* [INSTRUCTIONS TO FOLLOW]: Go through the records and show each line where the word "None" occurs.

[Saved data entries]
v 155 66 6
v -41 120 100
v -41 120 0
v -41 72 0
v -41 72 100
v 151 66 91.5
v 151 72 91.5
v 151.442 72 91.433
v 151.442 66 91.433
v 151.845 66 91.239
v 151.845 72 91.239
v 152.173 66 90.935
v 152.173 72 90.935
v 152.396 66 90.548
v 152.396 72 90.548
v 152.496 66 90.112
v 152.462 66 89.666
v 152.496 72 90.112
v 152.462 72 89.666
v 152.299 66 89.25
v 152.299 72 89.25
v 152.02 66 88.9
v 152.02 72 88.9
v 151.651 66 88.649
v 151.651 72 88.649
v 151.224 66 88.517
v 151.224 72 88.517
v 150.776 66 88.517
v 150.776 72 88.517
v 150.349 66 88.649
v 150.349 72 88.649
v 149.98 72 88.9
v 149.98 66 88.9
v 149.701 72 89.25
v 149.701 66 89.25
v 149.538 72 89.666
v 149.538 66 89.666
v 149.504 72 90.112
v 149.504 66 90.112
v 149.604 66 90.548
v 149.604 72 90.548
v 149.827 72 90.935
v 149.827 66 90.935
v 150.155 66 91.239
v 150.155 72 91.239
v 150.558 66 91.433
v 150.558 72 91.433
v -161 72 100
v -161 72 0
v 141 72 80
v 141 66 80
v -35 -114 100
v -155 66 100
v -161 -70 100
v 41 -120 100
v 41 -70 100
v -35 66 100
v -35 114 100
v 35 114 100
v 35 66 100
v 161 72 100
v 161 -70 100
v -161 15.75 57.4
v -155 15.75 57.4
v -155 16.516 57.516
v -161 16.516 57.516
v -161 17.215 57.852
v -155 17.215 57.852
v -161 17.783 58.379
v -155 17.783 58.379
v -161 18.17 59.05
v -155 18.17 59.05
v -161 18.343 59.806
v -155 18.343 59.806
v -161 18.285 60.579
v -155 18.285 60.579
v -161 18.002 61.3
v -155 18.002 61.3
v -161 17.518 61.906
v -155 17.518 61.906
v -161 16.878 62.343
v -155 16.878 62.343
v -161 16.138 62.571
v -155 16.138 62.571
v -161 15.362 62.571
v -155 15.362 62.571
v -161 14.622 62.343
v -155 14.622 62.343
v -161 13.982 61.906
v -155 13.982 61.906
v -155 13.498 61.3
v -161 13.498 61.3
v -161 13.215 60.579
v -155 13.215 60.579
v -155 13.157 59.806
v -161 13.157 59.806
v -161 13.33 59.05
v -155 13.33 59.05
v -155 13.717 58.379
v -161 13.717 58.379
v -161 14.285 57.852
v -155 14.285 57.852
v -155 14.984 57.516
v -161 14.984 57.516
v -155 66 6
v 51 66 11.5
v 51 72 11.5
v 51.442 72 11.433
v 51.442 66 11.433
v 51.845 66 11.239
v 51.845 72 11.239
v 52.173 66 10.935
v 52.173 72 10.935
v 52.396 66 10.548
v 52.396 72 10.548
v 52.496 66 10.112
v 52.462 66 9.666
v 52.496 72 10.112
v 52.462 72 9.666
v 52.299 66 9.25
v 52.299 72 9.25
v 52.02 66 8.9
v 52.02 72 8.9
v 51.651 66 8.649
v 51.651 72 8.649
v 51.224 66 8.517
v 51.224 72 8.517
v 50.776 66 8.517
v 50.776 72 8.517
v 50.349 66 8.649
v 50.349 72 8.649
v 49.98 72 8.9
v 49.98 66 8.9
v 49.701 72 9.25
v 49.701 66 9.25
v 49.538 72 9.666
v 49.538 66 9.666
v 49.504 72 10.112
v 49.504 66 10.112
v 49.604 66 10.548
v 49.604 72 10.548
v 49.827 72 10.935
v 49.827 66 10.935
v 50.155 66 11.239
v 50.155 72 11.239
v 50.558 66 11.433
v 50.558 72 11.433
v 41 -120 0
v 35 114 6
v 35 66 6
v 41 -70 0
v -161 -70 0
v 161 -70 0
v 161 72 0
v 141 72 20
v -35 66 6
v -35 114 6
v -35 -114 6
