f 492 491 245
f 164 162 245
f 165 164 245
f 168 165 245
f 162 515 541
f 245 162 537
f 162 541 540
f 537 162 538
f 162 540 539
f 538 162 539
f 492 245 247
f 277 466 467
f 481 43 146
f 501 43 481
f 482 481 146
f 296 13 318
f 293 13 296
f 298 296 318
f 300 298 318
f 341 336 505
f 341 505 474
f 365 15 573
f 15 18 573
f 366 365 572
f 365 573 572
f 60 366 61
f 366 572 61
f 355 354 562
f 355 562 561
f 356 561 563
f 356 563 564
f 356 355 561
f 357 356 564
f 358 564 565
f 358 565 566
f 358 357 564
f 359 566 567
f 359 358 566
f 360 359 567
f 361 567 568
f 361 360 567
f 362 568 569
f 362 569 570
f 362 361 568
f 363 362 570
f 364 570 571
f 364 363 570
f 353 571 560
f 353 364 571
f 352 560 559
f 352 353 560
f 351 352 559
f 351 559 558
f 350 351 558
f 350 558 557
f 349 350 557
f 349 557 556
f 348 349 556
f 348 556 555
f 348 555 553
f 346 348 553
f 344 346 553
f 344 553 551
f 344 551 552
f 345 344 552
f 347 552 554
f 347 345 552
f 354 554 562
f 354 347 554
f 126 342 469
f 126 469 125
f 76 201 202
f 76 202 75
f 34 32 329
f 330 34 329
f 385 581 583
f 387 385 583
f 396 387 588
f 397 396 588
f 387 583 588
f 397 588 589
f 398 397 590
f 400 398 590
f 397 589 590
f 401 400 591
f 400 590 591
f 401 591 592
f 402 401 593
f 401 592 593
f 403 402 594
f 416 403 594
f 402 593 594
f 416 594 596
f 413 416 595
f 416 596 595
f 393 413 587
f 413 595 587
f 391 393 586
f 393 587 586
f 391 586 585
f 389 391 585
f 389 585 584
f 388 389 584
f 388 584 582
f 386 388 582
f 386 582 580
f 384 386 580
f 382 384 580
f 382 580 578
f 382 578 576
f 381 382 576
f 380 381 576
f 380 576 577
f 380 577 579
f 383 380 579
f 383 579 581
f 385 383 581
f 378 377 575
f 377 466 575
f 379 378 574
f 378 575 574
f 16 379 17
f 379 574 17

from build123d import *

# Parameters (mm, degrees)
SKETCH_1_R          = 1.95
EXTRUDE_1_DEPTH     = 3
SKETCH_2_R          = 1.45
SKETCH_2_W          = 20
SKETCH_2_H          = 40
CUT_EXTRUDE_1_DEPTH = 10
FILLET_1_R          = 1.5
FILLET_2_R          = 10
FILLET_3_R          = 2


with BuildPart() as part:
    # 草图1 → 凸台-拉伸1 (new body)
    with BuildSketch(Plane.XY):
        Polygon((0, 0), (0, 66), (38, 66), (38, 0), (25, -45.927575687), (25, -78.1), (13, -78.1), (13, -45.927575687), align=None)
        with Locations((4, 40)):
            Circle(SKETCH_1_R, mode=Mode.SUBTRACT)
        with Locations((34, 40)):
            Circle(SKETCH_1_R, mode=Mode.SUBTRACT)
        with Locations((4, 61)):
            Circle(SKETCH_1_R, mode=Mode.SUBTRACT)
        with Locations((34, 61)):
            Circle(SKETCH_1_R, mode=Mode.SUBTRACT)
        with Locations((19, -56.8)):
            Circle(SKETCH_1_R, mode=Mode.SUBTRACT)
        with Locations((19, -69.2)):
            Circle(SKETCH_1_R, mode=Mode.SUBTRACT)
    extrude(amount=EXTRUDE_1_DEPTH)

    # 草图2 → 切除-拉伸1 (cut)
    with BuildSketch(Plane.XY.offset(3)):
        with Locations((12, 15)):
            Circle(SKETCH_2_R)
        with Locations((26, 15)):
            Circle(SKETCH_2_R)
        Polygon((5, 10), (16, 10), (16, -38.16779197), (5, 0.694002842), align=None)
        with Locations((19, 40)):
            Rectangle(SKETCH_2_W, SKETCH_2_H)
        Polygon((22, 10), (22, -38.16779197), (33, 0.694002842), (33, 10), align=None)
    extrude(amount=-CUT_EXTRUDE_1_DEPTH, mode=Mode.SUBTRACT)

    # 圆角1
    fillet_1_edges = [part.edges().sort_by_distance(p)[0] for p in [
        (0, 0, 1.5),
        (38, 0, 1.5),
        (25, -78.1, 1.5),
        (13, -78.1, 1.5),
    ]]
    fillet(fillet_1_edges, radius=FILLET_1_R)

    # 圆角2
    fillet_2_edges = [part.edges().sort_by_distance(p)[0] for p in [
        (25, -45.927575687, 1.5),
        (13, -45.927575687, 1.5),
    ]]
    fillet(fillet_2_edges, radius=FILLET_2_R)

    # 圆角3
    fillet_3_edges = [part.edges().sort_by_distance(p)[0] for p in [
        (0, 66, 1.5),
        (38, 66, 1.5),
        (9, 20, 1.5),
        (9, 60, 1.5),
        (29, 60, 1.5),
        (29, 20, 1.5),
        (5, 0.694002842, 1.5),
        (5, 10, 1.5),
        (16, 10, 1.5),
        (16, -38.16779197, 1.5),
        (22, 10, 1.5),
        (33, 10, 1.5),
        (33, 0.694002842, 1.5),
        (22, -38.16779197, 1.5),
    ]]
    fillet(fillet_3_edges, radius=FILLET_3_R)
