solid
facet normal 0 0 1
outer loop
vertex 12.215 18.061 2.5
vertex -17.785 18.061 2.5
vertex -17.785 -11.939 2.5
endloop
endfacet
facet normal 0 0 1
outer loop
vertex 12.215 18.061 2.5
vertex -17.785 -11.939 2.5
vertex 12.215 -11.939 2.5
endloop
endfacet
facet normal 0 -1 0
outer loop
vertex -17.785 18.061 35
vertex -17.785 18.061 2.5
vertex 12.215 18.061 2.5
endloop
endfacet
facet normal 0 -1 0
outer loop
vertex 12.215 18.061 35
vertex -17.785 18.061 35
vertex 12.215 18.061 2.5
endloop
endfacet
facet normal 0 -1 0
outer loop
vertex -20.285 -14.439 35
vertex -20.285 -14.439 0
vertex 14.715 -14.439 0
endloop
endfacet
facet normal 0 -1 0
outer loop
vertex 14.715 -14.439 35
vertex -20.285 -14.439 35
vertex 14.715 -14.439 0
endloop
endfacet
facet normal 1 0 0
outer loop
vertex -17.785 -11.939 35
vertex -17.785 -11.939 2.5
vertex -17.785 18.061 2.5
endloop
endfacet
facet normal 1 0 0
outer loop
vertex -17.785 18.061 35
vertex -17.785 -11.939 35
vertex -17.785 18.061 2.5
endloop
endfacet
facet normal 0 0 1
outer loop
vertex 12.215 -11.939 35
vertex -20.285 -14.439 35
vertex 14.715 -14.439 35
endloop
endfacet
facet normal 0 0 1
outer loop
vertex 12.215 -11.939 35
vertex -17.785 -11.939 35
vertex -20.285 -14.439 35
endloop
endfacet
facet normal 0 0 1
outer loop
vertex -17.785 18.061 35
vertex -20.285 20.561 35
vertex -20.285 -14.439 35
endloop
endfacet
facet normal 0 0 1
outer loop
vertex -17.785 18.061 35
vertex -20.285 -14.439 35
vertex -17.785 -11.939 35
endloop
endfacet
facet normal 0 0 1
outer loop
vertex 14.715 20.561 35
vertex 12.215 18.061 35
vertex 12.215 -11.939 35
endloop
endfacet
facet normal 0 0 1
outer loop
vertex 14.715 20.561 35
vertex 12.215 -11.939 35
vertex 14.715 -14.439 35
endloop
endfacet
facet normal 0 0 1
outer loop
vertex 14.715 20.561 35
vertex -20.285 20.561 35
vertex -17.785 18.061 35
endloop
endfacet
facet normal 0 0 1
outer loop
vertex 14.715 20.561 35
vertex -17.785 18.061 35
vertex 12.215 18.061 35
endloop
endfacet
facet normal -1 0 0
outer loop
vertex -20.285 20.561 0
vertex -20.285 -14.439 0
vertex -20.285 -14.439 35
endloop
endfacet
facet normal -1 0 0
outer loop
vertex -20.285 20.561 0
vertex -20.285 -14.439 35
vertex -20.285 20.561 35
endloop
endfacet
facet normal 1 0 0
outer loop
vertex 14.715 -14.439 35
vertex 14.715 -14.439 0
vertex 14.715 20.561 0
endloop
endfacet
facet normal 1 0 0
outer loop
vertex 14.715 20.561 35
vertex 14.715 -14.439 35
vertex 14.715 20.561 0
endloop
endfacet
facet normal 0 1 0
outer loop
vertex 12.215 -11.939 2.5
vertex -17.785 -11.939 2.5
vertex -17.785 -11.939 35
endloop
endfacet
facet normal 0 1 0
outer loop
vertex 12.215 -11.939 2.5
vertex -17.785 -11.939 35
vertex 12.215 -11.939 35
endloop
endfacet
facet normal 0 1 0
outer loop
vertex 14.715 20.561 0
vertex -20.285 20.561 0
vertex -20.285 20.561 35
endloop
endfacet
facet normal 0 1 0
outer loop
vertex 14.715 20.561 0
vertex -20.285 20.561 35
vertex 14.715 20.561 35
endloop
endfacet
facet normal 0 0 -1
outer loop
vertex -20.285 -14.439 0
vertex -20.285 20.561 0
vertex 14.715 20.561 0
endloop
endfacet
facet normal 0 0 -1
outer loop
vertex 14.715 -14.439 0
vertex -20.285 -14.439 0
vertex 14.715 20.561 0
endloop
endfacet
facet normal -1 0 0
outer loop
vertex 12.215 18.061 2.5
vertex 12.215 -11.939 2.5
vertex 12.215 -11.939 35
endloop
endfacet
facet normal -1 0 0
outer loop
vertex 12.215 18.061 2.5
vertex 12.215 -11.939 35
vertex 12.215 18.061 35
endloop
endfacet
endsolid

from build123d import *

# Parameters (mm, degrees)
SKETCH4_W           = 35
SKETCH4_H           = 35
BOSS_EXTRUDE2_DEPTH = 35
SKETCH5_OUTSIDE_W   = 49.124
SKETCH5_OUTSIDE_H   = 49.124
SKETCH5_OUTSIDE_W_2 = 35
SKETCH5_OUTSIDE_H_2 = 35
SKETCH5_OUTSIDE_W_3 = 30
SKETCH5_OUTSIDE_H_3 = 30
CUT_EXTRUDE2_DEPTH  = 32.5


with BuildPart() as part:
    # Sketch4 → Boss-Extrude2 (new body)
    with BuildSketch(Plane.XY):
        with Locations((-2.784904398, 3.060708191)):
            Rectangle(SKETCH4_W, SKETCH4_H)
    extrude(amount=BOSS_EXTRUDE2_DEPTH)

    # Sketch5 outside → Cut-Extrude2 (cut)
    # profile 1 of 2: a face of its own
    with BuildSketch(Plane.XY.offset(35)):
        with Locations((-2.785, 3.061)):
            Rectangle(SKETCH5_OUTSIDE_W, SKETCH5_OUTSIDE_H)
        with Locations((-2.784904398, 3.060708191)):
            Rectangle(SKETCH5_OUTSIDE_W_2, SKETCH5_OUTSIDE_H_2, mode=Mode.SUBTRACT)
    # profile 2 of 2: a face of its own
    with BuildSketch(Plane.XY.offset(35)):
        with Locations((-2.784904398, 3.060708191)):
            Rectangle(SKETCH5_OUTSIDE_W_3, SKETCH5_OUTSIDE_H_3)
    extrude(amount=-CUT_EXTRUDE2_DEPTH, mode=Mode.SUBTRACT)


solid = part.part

* [ANSWER AREA]:
        Polygon((0, 0), (0, 66), (38, 66), (38, 0), (25, -45.927575687), (25, -78.1), (13, -78.1), (13, -45.927575687), align=None)
        Polygon((5, 10), (16, 10), (16, -38.16779197), (5, 0.694002842), align=None)
        Polygon((22, 10), (22, -38.16779197), (33, 0.694002842), (33, 10), align=None)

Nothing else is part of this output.